Dante nodded, his eyes contemplative as he looked down at Mary.

“Let me take her down first so she doesn’t try to follow us, and then I’ll come back for you.”

I stayed where he put me while he did just that, and wondered if I should ask him to leave.

He’d done a lot for me. Surely, he was ready to go.

I was positive that he had stayed way longer than he’d intended, and when I told him so moments later as he arrived back in the bathroom for me, he looked at me incredulously.

“I’m not leaving you here alone the day you get home from the hospital where you had a surgery that left you in tremendous pain, weak and barely able to walk.”

I snapped my mouth shut.

“I don’t want you to feel like you have to stay if you don’t want to,” I started again.

“For now, I’m exactly where I want to be,” he informed me. “Now, let’s go. We have about two hours or so before we have to head home.”

I did as he asked. Then again, I didn’t have much of a choice in the matter seeing as he’d picked me up and carried me downstairs.

***

Dante

Two and a half hours later, I bundled up both Mary and Cobie—who was good and drugged up on her pain medication once again—and got them settled in my truck.

Cobie had given me a half-hearted reply of ‘yes’ when I’d asked her if she wanted to come to my house, and I drove us all home.

Both Cobie and Mary slept the entire way there, leaving me to my thoughts.

And they definitely weren’t good.

At first, all I could think about was that Cobie was sitting in Lily’s spot. Then, it was how Cobie was going to be staying in Lily’s and my house and how I wouldn’t be able to just get rid of her if a freak out started.

Minutes after pulling into my driveway—the one that was just down the road from my brothers’ houses—I moved before I had time to think.

I got Mary first, and instead of putting her on the floor, I laid her on the couch.

She’d been a love/snuggle bug for hours today with Cobie, and she was sleeping just as much as Cobie was, which was abnormal for her.

Then again, there wasn’t really a ‘norm’ when it came to toddlers. They did what they wanted and always would.
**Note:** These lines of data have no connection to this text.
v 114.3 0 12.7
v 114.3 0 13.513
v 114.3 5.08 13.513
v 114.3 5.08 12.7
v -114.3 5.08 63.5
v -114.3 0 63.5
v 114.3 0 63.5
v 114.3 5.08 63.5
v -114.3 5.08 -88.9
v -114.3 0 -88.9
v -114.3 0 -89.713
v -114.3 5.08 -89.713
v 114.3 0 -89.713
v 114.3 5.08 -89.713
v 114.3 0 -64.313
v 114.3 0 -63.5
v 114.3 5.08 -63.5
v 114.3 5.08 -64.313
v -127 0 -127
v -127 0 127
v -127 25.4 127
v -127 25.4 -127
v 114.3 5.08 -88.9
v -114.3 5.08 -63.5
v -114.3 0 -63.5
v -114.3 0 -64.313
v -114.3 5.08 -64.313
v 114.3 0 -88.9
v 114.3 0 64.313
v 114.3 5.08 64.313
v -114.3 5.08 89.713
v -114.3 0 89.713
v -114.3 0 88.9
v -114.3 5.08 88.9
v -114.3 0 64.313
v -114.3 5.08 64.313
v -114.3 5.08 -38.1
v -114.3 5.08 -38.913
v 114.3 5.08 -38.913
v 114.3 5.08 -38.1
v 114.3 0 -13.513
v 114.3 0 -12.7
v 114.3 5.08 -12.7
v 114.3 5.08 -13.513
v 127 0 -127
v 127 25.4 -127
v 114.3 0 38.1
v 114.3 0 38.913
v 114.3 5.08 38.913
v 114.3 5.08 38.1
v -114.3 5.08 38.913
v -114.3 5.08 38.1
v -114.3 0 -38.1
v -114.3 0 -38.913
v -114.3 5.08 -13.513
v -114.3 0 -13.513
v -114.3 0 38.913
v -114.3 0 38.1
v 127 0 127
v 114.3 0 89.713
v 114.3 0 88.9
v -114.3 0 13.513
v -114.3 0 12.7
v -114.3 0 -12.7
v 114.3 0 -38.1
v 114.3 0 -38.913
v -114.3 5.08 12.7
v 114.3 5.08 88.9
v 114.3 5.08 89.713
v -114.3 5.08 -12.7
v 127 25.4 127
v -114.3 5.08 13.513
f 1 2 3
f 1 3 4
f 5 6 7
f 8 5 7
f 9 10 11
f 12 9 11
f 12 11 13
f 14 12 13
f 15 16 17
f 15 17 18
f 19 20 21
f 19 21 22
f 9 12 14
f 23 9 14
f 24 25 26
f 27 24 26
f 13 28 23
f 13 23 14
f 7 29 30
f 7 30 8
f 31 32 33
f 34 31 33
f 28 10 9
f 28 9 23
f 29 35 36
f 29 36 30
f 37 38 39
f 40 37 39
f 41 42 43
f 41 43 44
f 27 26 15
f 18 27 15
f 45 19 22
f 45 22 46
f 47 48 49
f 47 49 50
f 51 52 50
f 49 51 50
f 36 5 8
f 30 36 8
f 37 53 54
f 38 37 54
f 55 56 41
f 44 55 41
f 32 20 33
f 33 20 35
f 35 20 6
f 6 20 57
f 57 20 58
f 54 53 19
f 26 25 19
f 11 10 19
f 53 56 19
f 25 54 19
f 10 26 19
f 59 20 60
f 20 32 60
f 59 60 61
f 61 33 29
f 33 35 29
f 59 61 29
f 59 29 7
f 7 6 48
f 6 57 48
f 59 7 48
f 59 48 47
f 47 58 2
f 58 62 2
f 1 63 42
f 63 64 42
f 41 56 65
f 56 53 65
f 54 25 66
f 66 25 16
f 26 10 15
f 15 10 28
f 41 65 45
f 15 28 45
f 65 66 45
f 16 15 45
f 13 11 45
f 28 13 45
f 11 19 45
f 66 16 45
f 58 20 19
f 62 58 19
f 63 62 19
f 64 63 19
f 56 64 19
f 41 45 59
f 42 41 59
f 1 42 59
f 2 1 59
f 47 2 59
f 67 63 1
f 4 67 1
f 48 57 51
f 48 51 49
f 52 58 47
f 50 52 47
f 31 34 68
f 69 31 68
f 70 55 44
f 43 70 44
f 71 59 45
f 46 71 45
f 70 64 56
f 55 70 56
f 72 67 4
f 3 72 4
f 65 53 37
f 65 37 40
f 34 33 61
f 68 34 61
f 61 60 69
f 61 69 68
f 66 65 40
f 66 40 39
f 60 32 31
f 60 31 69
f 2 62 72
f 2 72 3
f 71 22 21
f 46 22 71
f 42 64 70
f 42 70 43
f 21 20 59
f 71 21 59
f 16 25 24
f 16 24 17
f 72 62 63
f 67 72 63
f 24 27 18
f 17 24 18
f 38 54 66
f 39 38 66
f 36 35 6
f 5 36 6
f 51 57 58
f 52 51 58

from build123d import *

# Parameters (mm, degrees)
SKETCH1_W           = 254
SKETCH1_H           = 254
BOSS_EXTRUDE2_DEPTH = 25.4
SKETCH3_W           = 228.6
SKETCH3_H           = 0.8128
CUT_EXTRUDE1_DEPTH  = 5.08


with BuildPart() as part:
    # Sketch1 → Boss-Extrude2 (new body)
    with BuildSketch(Plane(origin=(0, 0, 0), x_dir=(1, 0, 0), z_dir=(0, 1, 0))):
        Rectangle(SKETCH1_W, SKETCH1_H)
    extrude(amount=BOSS_EXTRUDE2_DEPTH)

    # Sketch3 → Cut-Extrude1 (cut)
    with BuildSketch(Plane(origin=(0, 0, 0), x_dir=(1, 0, 0), z_dir=(0, 1, 0))):
        with Locations((0, 89.3064)):
            Rectangle(SKETCH3_W, SKETCH3_H)
        with Locations((0, 63.9064)):
            Rectangle(SKETCH3_W, SKETCH3_H)
        with Locations((0, 38.5064)):
            Rectangle(SKETCH3_W, SKETCH3_H)
        with Locations((0, 13.1064)):
            Rectangle(SKETCH3_W, SKETCH3_H)
        with Locations((0, -13.1064)):
            Rectangle(SKETCH3_W, SKETCH3_H)
        with Locations((0, -38.5064)):
            Rectangle(SKETCH3_W, SKETCH3_H)
        with Locations((0, -63.9064)):
            Rectangle(SKETCH3_W, SKETCH3_H)
        with Locations((0, -89.3064)):
            Rectangle(SKETCH3_W, SKETCH3_H)
    extrude(amount=CUT_EXTRUDE1_DEPTH, mode=Mode.SUBTRACT)


solid = part.part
After making sure Mary was comfortable on the couch, I went back outside for Cobie and carried her into my home as well. The guilt immediately hit me as soon as we crossed the threshold.

I didn’t see Mary as a betrayal to my wife’s memory. She was a baby, my baby. Lily would have expected me to care for her, to bring her home.

But carrying another woman into our home and sitting her in my wife’s favorite spot? Yeah, that felt very much like a betrayal to Lily’s memory. It burned as I swallowed the bile down.